Not a very formal question, but I'm very shakey on what parallell transport actually means.
Homework Equations
A vector [tex]v^{i}[/tex] is said to be parallelly transported from the point [tex]x^{k}[/tex] to a vector [tex]v^{i}+dv^{i}[/tex] at the point [tex]x^{i}+dx^{i}[/tex] if [tex]dv^{i}=\Gamma_{kj}^{i}v^{j}dx^{k}[/tex]
where [tex]\Gamma_{kj}^{i}[/tex] are the Christoffel symbols/Connection.
(this is out of my notes - I don't see why the "starting" point should be [tex]x^{k}[/tex] and not [tex]x^{i}[/tex] though.)
The Attempt at a Solution
I think the answer is "yes" - it does matter which curve is chosen because, as I understand it, this difference is what gives rise to the Riemann Curvature tensor.

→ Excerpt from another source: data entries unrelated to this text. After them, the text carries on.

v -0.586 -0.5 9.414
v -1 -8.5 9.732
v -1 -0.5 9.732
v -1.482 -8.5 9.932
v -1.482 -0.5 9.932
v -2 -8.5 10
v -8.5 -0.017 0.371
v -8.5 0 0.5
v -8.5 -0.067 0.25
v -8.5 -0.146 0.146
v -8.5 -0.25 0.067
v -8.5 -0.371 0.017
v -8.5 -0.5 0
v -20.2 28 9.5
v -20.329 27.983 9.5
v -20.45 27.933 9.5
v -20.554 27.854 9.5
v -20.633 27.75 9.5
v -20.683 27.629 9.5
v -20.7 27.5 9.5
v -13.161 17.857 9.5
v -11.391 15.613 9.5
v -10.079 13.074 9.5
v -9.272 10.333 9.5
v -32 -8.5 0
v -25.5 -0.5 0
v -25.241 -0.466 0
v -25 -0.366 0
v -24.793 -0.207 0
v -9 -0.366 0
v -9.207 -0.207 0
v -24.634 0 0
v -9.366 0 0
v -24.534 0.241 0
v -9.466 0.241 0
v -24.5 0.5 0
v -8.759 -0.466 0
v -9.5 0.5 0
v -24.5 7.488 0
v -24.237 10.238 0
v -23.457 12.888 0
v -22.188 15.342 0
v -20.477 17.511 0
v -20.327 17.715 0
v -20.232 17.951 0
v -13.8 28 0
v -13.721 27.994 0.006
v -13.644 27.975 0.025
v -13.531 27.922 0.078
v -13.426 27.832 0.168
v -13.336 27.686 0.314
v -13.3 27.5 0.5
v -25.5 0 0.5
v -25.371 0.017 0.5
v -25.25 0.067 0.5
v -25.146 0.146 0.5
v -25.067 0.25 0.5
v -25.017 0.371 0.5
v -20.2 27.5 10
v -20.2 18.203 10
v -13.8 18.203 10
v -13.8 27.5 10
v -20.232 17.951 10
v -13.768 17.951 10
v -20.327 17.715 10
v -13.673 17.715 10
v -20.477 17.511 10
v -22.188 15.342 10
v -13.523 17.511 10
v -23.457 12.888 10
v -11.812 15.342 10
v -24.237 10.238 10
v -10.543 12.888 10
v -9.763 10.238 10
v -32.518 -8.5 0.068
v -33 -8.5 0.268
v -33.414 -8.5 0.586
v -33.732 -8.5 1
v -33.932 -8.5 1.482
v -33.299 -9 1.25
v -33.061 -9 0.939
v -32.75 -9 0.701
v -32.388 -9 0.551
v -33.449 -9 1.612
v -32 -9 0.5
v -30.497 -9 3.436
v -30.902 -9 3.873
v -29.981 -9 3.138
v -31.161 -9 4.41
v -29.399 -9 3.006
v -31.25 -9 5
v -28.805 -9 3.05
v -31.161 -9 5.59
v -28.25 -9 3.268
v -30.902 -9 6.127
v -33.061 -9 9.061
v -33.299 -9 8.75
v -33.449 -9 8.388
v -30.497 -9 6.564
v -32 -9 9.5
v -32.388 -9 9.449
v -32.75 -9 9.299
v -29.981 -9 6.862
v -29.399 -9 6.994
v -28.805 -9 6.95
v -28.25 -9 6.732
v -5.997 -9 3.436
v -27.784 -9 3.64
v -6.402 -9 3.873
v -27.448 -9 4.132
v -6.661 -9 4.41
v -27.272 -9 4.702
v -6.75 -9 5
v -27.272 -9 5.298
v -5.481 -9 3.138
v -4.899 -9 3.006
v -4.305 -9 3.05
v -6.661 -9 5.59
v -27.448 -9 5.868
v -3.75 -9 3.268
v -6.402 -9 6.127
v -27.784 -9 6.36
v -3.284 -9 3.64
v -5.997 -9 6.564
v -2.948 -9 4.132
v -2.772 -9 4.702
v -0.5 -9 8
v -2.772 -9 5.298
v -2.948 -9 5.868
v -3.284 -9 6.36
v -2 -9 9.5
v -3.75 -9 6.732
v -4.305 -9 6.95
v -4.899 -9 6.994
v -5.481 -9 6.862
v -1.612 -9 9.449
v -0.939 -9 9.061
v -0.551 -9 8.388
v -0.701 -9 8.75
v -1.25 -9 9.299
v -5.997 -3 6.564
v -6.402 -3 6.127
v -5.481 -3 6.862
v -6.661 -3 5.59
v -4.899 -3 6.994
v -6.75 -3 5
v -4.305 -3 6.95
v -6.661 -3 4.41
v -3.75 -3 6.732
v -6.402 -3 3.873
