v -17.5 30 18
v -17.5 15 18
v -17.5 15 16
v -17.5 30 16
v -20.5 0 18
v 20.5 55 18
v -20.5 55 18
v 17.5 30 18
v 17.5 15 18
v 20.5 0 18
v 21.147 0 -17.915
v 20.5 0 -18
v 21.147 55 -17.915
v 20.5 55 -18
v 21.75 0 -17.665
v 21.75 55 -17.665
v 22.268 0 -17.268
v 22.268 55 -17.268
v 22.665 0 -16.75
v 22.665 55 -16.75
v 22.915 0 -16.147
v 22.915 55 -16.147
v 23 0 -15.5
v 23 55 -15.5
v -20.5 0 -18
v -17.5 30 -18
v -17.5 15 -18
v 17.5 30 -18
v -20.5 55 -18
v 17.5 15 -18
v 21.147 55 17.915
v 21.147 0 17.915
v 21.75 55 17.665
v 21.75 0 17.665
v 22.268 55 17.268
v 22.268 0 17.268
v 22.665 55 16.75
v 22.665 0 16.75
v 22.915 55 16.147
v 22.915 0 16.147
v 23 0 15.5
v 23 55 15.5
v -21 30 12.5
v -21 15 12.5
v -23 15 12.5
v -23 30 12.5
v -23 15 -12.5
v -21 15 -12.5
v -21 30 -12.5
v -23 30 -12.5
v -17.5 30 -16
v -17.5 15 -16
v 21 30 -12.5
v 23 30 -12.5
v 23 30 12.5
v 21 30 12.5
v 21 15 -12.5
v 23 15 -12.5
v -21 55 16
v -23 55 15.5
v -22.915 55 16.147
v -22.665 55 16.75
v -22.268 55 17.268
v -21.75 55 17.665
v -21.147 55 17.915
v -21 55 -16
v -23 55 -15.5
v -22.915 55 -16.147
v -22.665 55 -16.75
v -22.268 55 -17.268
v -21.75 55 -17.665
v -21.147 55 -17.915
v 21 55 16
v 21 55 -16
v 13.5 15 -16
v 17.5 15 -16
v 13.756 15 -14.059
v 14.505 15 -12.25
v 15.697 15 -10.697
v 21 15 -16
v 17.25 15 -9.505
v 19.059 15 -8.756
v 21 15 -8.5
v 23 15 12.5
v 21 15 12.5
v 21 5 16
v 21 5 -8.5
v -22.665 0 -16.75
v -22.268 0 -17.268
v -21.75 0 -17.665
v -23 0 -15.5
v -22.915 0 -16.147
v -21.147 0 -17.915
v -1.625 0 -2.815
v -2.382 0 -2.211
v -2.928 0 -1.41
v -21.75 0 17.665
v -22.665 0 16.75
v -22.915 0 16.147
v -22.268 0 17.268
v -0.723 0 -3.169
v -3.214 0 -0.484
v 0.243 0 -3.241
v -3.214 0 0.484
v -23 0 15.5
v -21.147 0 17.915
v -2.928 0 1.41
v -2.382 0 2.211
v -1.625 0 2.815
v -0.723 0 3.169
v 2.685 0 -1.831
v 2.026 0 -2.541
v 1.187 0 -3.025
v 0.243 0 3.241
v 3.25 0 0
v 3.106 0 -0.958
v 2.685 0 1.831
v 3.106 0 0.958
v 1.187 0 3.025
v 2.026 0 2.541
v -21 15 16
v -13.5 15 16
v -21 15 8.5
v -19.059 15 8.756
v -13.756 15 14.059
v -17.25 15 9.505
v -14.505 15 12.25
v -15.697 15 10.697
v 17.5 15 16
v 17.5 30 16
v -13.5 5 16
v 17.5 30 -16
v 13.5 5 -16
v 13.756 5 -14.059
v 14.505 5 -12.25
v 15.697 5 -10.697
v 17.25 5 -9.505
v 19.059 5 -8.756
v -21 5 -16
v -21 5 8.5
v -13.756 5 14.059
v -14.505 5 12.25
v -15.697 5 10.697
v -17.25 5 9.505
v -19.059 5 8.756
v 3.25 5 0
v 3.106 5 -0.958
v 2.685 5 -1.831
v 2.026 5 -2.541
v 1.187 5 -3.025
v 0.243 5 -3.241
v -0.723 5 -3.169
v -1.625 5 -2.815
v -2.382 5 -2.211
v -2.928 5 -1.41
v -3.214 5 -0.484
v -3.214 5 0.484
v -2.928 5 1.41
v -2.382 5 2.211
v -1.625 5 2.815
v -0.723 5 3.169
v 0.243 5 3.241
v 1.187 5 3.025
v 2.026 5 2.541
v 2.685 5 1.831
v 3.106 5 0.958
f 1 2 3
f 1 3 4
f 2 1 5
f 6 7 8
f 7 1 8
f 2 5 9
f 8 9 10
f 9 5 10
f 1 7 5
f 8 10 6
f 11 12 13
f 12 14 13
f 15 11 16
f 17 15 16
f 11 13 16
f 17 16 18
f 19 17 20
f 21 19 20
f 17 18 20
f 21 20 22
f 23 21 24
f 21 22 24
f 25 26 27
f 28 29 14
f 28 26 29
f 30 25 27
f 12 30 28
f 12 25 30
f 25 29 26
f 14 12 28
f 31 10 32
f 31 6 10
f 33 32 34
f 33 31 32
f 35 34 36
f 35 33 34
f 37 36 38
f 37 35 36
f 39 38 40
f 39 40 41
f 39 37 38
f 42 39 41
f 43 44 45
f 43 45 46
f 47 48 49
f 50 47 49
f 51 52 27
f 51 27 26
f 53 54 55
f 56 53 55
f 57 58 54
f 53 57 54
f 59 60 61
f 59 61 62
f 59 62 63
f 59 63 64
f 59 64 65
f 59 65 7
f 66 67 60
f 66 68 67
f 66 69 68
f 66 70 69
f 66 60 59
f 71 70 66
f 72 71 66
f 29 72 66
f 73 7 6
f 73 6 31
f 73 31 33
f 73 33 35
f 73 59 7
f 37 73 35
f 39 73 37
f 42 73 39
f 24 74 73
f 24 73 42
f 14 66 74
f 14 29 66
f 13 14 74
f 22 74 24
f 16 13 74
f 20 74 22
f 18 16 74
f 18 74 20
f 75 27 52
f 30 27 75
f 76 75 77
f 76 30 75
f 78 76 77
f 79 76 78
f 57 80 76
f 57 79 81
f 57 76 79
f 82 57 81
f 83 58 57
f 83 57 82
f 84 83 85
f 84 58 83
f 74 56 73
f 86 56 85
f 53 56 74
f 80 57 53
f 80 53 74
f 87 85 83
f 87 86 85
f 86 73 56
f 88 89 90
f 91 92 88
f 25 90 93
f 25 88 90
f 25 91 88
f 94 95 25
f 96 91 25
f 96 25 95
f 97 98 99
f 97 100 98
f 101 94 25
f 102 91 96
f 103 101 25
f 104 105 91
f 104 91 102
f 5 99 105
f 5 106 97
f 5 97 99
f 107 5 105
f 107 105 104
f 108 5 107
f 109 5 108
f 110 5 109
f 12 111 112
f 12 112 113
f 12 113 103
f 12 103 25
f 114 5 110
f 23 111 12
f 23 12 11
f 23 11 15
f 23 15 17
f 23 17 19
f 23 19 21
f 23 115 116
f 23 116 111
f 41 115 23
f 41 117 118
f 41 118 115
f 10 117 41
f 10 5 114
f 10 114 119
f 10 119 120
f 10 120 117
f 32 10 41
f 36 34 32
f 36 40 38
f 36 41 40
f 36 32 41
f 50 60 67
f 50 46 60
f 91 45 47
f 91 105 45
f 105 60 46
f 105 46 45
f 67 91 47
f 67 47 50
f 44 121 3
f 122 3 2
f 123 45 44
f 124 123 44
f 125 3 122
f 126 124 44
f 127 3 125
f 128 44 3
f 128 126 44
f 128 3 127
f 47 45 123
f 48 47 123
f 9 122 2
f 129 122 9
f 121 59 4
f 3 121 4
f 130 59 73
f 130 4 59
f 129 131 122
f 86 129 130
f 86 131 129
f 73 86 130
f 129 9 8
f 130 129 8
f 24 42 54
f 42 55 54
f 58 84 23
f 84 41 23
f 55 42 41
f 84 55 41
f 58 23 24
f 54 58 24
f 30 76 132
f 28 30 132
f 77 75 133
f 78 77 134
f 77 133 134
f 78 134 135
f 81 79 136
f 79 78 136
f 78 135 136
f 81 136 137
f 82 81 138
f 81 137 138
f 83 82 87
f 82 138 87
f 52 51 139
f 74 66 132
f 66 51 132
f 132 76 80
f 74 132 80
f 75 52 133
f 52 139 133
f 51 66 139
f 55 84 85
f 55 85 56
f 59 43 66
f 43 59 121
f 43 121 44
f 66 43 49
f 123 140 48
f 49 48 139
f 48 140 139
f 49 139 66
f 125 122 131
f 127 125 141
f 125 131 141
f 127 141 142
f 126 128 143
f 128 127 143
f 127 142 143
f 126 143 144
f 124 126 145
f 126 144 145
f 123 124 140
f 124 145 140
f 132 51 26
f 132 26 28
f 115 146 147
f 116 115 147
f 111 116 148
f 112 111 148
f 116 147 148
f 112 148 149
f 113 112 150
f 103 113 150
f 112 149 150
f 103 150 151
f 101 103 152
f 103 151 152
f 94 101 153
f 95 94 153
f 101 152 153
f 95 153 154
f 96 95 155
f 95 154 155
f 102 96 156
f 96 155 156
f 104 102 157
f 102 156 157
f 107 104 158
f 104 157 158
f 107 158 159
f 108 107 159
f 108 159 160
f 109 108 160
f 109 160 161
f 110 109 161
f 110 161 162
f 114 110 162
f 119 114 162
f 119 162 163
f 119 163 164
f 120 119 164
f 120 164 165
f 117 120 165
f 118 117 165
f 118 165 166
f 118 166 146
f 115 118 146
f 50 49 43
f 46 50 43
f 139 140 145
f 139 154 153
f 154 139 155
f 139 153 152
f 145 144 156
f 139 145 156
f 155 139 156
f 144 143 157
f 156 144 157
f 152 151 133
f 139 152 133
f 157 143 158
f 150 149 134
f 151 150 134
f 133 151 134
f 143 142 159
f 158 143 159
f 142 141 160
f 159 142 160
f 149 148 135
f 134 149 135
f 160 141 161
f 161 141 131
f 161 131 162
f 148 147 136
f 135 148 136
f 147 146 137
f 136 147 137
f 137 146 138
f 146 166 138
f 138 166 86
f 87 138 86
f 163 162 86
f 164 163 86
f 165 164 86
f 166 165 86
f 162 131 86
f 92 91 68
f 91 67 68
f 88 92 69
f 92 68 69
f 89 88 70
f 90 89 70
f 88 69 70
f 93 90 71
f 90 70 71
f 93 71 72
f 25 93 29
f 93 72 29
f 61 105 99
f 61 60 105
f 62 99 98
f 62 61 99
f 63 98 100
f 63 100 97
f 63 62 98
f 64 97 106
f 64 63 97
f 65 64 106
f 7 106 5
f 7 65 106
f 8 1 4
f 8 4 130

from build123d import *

# Parameters (mm, degrees)
SKETCH1_W           = 46
SKETCH1_H           = 36
SKETCH1_W_2         = 42
SKETCH1_H_2         = 32
BOSS_EXTRUDE1_DEPTH = 55
SKETCH2_W           = 42
SKETCH2_H           = 32
BOSS_EXTRUDE2_DEPTH = 5
FILLET1_R           = 2.5
BOSS_EXTRUDE3_DEPTH = 10
SKETCH3_W           = 25
SKETCH3_H           = 15
CUT_EXTRUDE1_DEPTH  = 47
SKETCH5_W           = 35
SKETCH5_H           = 15
CUT_EXTRUDE2_DEPTH  = 37
CUT_EXTRUDE3_REACH  = 7
SKETCH7_R           = 3.25


with BuildPart() as part:
    # Sketch1 → Boss-Extrude1 (new body)
    with BuildSketch(Plane(origin=(0, 0, 0), x_dir=(1, 0, 0), z_dir=(0, 1, 0))):
        Rectangle(SKETCH1_W, SKETCH1_H)
        Rectangle(SKETCH1_W_2, SKETCH1_H_2, mode=Mode.SUBTRACT)
    extrude(amount=BOSS_EXTRUDE1_DEPTH)

    # Sketch2 → Boss-Extrude2 (add)
    with BuildSketch(Plane.XZ):
        Rectangle(SKETCH2_W, SKETCH2_H)
    extrude(amount=-BOSS_EXTRUDE2_DEPTH)

    # Fillet1
    fillet1_edges = [part.edges().sort_by_distance(p)[0] for p in [
        (-23, 27.5, -18),
        (23, 27.5, -18),
        (23, 27.5, 18),
        (-23, 27.5, 18),
    ]]
    fillet(fillet1_edges, radius=FILLET1_R)

    # Sketch4 → Boss-Extrude3 (add)
    with BuildSketch(Plane(origin=(0, 5, 0), x_dir=(1, 0, 0), z_dir=(0, 1, 0))):
        with BuildLine():
            Line((-21, -16), (-13.5, -16))
            ThreePointArc((-13.5, -16), (-15.696699141, -10.696699141), (-21, -8.5))
            Line((-21, -8.5), (-21, -16))
        make_face()
        with BuildLine():
            Line((21, 16), (13.5, 16))
            ThreePointArc((13.5, 16), (15.696699141, 10.696699141), (21, 8.5))
            Line((21, 8.5), (21, 16))
        make_face()
    extrude(amount=BOSS_EXTRUDE3_DEPTH)

    # Sketch3 → Cut-Extrude1 (cut, through all)
    with BuildSketch(Plane(origin=(23, 0, -5), x_dir=(0, 0, 1), z_dir=(-1, 0, 0))):
        with Locations((5, 22.5)):
            Rectangle(SKETCH3_W, SKETCH3_H)
    extrude(amount=CUT_EXTRUDE1_DEPTH, mode=Mode.SUBTRACT)

    # Sketch5 → Cut-Extrude2 (cut, through all)
    with BuildSketch(Plane.XY.offset(18)):
        with Locations((0, 22.5)):
            Rectangle(SKETCH5_W, SKETCH5_H)
    extrude(amount=-CUT_EXTRUDE2_DEPTH, mode=Mode.SUBTRACT)

    # Sketch7 → Cut-Extrude3 (cut, up to next)
    with BuildSketch(Plane(origin=(0, 5, 0), x_dir=(1, 0, 0), z_dir=(0, 1, 0)), mode=Mode.PRIVATE) as cut_extrude3_sk1:
        Circle(SKETCH7_R)
    cut_extrude3_tool1 = extrude(cut_extrude3_sk1.sketch, amount=-CUT_EXTRUDE3_REACH, mode=Mode.PRIVATE) & part.part
    add(cut_extrude3_tool1.solids().sort_by_distance((0, 5, 0))[0], mode=Mode.SUBTRACT)


solid = part.part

As I said what exactly it means to "parallelly transport" a vector is not clear to me - is it that the "final" vector will be parallel to the "starting" vector?
Also, the above description I give of parallel transport looks as if it is only "effective" (perhaps "holds" is a better word) over the infinitesimal distance [tex]dx^{i}[/tex], and not over an entire curve - is this correct?
Thank you kindly for any help, please let me know if i can be more specific.